==== Study material ====
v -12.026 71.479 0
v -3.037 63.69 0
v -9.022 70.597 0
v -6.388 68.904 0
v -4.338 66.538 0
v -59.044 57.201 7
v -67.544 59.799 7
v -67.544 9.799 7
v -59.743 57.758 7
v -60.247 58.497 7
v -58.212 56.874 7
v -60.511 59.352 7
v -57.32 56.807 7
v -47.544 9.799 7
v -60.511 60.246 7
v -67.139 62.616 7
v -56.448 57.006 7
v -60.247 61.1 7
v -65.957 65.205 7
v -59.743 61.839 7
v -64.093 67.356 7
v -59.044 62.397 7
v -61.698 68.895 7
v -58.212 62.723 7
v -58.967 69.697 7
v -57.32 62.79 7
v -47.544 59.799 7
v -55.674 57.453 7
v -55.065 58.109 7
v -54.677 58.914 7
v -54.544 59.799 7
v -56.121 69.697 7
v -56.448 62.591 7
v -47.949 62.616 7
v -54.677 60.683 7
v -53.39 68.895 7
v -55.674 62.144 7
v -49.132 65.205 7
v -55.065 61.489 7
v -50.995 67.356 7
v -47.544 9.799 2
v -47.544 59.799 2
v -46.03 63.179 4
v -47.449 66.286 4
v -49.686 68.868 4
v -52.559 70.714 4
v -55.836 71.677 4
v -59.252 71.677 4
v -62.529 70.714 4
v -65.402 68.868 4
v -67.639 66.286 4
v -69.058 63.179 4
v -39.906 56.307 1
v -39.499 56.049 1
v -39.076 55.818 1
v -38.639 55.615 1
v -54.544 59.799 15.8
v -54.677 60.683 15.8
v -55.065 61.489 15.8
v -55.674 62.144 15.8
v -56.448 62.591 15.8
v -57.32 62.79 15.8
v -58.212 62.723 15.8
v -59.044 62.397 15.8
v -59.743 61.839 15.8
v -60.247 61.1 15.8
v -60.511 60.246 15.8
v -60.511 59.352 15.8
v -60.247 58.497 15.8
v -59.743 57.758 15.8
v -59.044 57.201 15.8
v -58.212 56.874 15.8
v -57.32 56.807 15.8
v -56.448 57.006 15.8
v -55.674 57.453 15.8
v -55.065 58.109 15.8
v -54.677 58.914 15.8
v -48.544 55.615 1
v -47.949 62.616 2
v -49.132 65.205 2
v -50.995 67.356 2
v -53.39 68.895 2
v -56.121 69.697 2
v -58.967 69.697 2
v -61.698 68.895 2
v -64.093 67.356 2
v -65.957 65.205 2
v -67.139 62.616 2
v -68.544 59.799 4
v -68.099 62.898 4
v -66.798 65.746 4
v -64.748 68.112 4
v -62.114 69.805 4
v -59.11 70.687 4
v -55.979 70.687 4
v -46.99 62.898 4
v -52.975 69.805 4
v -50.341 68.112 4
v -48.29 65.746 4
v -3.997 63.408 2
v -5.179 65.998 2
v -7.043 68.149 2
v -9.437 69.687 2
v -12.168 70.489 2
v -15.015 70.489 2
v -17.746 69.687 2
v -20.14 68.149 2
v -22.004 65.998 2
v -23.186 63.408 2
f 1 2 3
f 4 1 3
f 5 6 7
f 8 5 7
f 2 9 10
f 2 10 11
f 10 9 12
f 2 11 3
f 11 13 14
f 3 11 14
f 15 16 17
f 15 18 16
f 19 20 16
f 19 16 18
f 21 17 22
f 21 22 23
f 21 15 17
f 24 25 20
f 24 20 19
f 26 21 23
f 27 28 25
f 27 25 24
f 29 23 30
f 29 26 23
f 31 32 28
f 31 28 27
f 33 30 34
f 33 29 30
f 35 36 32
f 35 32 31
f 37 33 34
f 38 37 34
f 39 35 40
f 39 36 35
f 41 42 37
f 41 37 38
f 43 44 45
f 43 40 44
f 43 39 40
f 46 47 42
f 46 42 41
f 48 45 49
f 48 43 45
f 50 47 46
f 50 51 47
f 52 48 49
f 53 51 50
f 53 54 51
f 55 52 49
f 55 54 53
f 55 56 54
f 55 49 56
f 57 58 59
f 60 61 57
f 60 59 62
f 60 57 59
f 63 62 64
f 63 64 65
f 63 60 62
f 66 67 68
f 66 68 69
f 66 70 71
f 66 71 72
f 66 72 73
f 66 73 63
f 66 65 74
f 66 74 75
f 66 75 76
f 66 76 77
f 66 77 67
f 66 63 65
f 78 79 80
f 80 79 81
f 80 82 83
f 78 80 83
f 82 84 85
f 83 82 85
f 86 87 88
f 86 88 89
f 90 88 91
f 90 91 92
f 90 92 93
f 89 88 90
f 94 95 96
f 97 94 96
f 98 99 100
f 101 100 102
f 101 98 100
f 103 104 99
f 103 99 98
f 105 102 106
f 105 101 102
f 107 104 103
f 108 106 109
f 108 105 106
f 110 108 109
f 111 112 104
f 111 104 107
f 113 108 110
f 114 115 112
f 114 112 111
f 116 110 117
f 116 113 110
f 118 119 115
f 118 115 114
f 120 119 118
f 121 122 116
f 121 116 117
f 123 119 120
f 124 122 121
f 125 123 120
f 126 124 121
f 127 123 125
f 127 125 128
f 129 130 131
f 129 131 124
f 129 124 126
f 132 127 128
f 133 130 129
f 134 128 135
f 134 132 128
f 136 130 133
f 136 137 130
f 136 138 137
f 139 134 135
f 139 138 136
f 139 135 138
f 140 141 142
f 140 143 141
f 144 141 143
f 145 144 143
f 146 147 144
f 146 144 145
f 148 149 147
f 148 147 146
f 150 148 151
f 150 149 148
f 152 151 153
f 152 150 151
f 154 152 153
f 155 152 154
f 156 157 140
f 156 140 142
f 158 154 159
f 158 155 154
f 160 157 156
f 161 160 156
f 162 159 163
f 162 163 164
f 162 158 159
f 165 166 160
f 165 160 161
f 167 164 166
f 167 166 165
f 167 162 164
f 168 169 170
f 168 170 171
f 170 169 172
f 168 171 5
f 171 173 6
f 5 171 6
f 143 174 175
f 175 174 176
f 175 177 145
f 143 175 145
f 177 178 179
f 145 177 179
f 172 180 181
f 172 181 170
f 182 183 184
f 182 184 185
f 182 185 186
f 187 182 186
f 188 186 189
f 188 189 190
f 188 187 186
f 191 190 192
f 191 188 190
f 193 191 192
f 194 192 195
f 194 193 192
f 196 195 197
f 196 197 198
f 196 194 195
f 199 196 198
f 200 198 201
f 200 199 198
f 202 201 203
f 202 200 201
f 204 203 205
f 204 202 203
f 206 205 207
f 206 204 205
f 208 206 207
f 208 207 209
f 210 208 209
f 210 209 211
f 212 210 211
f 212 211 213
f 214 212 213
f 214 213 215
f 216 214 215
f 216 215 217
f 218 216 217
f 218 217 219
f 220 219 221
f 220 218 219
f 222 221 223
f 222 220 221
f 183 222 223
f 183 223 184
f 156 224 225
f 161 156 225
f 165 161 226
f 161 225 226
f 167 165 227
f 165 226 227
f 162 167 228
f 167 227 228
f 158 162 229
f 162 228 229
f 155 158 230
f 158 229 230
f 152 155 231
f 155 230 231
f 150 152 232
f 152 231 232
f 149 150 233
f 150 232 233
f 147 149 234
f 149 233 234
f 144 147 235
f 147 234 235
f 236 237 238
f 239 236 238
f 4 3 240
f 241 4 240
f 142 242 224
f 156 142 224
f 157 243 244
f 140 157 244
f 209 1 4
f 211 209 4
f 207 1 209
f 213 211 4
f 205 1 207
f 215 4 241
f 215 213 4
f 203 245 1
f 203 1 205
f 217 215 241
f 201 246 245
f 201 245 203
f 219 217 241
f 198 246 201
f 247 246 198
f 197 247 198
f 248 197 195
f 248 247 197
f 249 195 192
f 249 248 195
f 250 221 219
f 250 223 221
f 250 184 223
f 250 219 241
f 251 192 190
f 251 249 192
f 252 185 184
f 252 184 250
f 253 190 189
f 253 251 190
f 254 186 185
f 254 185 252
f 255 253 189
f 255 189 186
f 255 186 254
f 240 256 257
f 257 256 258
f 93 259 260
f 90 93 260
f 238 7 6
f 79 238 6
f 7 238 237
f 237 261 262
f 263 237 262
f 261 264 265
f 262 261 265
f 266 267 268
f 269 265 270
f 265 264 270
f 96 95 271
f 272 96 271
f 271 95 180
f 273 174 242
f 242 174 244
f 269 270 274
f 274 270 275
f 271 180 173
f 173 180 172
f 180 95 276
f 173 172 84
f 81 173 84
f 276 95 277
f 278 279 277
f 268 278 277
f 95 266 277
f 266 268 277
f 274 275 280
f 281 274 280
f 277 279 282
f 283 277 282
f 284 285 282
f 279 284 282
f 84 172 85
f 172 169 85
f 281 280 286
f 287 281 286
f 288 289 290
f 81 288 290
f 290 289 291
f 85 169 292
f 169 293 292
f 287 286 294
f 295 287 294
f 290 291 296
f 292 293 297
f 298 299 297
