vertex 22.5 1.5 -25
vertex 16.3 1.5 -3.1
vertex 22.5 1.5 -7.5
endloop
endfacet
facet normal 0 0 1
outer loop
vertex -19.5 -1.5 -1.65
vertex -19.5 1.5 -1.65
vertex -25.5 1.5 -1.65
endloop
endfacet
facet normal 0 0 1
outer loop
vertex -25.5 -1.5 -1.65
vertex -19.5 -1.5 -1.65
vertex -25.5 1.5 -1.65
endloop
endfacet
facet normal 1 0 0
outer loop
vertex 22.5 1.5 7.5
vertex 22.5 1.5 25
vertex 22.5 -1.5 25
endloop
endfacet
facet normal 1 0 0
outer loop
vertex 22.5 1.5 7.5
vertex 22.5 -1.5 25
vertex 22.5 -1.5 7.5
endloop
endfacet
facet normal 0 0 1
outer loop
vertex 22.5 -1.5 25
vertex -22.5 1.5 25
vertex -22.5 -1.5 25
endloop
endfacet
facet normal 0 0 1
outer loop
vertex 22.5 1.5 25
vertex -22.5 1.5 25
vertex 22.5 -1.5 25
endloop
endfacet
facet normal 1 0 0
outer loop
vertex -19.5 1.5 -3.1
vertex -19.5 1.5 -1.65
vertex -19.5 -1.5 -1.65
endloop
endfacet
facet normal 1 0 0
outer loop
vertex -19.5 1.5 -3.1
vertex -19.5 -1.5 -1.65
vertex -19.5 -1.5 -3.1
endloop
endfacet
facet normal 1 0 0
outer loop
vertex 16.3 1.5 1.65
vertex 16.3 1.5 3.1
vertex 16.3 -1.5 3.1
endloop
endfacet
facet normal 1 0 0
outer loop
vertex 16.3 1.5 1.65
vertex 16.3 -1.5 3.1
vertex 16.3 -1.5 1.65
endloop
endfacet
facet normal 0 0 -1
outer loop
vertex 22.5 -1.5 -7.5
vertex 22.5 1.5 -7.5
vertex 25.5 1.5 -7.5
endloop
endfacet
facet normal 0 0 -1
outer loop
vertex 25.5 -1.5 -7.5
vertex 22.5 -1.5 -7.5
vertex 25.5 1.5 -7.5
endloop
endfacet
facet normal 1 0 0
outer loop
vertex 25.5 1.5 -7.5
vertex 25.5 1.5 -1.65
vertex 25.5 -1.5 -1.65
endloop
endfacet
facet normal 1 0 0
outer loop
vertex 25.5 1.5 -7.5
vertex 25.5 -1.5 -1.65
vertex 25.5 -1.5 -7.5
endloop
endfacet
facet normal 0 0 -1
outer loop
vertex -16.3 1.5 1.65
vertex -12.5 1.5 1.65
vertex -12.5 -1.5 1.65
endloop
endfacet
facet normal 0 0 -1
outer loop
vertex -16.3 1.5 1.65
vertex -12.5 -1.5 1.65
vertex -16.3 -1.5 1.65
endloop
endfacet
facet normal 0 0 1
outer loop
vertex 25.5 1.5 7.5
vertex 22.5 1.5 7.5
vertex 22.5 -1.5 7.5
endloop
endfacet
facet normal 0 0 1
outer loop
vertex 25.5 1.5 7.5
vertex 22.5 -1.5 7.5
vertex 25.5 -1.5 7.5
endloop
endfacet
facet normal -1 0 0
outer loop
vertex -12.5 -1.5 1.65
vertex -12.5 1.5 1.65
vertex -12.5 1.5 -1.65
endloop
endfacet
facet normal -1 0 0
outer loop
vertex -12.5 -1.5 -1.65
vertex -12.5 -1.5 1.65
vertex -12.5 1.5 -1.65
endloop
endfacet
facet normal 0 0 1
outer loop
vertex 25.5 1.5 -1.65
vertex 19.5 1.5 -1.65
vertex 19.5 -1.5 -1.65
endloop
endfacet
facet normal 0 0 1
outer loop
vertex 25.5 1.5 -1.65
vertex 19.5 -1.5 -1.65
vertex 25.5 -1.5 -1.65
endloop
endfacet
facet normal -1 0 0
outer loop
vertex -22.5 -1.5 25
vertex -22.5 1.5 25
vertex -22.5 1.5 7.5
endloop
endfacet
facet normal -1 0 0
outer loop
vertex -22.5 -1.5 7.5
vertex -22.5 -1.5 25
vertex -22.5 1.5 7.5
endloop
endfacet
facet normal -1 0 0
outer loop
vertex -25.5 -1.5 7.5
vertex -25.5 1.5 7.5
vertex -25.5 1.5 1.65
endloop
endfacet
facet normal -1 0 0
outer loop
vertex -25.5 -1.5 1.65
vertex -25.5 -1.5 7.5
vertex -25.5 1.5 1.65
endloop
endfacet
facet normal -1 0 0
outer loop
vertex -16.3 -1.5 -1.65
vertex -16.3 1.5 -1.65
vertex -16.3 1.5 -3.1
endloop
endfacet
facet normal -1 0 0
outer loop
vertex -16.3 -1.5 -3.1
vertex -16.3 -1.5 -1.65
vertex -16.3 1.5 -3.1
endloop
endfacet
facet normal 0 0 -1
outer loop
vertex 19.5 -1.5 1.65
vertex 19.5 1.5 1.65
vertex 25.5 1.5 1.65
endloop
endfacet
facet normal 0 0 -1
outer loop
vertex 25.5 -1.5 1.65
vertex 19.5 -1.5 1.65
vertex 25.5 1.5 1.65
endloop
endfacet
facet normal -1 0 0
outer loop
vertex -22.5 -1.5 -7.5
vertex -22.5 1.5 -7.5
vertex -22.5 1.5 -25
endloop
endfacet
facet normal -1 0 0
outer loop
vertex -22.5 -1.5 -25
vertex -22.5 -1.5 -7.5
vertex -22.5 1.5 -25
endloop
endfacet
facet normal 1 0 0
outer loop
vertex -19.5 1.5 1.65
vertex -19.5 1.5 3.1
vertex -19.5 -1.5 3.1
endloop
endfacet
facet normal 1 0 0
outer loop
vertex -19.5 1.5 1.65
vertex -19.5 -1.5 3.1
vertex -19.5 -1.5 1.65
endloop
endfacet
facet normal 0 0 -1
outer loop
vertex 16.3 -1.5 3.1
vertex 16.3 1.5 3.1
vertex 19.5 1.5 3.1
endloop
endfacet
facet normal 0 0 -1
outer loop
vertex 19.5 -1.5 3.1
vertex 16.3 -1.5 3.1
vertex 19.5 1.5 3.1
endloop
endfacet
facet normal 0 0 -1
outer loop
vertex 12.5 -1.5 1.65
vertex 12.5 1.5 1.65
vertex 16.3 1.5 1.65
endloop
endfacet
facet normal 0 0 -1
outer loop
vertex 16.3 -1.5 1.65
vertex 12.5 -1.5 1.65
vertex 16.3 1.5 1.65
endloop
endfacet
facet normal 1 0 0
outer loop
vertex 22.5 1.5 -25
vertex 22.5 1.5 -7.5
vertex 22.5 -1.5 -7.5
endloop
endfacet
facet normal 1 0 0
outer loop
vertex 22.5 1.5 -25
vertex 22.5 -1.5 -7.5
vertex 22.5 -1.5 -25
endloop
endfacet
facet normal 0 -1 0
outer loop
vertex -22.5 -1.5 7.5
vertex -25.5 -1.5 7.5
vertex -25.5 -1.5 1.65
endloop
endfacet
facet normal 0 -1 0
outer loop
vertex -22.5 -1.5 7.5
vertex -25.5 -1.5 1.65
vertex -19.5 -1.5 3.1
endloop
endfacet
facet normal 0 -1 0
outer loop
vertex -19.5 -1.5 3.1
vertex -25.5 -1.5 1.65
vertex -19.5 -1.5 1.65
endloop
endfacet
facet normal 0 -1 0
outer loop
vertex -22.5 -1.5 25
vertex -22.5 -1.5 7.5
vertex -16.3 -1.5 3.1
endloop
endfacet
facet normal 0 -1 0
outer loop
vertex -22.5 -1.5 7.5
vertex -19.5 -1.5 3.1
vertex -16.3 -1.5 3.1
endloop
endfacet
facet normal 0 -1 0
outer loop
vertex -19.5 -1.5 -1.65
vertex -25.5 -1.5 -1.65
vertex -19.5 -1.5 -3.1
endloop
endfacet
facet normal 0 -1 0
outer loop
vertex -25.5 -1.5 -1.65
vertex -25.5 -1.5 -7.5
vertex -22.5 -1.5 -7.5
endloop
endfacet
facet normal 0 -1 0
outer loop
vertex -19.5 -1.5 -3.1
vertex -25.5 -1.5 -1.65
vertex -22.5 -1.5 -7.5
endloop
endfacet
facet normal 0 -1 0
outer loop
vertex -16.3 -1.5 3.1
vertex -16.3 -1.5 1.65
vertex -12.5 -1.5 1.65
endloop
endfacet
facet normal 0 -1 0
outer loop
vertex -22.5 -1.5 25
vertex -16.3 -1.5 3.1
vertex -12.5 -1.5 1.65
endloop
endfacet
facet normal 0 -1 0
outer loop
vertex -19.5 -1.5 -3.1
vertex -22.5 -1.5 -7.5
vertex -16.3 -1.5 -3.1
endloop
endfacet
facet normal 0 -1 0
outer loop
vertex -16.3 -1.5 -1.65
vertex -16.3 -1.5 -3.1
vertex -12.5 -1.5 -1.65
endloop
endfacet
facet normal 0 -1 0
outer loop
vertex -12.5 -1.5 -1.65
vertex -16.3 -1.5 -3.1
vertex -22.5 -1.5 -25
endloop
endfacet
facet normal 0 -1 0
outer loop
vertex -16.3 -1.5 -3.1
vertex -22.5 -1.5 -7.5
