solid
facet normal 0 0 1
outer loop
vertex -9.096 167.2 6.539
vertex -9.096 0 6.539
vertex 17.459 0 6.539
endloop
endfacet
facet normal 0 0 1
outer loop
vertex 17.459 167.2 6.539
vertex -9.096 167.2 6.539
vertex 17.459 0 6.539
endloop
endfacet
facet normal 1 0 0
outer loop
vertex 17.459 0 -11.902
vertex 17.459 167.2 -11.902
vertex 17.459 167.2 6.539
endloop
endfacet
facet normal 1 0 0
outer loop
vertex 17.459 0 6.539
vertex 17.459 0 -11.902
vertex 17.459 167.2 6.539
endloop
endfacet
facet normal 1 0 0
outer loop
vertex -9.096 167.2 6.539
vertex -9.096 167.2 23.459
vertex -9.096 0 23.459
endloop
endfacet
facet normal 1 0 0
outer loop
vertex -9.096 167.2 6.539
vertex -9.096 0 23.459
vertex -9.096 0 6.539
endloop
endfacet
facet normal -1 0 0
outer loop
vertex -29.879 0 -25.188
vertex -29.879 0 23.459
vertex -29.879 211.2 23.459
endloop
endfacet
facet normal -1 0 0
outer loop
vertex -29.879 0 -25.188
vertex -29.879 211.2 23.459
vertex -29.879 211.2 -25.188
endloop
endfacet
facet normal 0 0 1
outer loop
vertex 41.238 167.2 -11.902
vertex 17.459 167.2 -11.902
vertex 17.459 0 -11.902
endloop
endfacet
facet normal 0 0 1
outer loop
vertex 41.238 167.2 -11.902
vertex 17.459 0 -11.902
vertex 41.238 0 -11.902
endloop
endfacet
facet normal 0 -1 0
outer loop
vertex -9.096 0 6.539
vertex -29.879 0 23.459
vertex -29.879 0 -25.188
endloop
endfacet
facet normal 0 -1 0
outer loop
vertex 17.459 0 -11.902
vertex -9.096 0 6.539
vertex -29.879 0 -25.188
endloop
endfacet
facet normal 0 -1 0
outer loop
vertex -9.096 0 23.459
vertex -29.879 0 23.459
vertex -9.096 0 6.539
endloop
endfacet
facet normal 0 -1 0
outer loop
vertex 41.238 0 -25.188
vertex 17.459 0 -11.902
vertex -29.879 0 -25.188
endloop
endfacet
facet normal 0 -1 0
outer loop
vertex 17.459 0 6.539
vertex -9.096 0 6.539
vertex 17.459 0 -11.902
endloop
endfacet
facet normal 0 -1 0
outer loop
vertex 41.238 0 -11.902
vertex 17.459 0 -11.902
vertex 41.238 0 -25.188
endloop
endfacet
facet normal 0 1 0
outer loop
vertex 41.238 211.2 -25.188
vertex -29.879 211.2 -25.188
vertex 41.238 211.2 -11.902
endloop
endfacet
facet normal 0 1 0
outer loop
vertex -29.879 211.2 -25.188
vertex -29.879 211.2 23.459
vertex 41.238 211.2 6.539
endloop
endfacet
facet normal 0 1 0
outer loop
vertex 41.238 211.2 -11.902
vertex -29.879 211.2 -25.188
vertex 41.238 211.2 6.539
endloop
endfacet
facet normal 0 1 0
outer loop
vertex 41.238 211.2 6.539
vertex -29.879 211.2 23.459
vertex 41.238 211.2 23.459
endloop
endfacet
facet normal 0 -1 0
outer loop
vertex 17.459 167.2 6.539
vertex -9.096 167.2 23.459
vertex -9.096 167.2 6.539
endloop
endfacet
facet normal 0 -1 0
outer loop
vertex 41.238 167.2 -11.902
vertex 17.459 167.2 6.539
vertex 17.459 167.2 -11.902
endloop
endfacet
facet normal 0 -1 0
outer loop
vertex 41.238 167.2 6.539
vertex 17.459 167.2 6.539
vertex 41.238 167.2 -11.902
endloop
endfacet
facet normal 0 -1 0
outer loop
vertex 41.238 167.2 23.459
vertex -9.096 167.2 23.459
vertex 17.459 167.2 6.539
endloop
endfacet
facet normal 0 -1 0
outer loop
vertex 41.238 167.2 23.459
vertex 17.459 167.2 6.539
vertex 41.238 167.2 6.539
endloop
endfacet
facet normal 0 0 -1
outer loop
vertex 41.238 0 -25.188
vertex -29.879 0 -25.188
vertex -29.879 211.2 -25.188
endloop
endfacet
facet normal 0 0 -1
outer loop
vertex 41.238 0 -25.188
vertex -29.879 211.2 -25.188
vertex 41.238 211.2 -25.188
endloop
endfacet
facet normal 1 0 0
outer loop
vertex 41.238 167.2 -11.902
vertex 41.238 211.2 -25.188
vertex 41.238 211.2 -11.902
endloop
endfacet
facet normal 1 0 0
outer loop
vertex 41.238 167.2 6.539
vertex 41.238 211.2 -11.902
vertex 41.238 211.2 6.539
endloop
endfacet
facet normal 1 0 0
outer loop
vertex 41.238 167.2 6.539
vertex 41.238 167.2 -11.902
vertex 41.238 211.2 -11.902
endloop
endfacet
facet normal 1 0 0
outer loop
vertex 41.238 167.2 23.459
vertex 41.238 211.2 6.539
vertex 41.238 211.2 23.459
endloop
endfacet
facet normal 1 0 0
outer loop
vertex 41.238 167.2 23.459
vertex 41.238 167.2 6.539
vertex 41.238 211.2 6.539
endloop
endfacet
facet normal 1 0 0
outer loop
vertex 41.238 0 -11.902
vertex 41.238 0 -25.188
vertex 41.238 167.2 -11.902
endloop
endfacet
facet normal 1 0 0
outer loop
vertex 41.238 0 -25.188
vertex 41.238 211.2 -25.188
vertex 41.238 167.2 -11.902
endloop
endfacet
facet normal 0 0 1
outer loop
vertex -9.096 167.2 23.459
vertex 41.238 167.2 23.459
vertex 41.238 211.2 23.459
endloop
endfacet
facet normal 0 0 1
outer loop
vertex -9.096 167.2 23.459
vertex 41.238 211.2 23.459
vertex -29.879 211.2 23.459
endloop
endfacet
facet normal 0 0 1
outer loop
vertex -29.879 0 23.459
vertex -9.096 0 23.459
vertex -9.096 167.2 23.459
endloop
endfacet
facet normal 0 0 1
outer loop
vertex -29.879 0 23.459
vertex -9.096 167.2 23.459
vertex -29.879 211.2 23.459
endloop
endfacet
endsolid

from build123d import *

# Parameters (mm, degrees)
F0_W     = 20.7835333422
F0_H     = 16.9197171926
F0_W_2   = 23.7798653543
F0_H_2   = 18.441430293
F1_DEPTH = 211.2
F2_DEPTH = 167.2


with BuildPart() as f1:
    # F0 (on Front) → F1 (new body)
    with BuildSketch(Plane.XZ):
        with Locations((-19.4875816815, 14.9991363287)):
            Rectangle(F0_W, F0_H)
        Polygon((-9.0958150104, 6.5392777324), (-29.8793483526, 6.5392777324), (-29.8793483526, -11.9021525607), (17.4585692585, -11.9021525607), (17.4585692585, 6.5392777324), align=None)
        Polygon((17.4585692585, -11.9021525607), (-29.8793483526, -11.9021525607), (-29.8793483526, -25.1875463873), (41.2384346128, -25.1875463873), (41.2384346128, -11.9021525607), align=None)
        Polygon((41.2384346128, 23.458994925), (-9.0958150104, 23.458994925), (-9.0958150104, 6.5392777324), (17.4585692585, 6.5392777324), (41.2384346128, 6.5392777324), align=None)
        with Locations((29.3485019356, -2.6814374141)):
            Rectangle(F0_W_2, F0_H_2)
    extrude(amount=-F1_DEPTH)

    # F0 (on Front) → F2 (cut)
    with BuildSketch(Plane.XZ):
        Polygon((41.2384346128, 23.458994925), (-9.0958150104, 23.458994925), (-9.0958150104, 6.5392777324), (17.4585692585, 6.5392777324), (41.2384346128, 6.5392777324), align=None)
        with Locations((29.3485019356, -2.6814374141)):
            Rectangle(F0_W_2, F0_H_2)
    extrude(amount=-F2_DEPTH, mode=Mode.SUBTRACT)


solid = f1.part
====
#### Brief:
Within the listing above, give again exactly every line from the line with "f 218 217 219" through the line with "f 149 150 233", both included, and no other line.

#### Response to the exercise:
f 218 217 219
f 220 219 221
f 220 218 219
f 222 221 223
f 222 220 221
f 183 222 223
f 183 223 184
f 156 224 225
f 161 156 225
f 165 161 226
f 161 225 226
f 167 165 227
f 165 226 227
f 162 167 228
f 167 227 228
f 158 162 229
f 162 228 229
f 155 158 230
f 158 229 230
f 152 155 231
f 155 230 231
f 150 152 232
f 152 231 232
f 149 150 233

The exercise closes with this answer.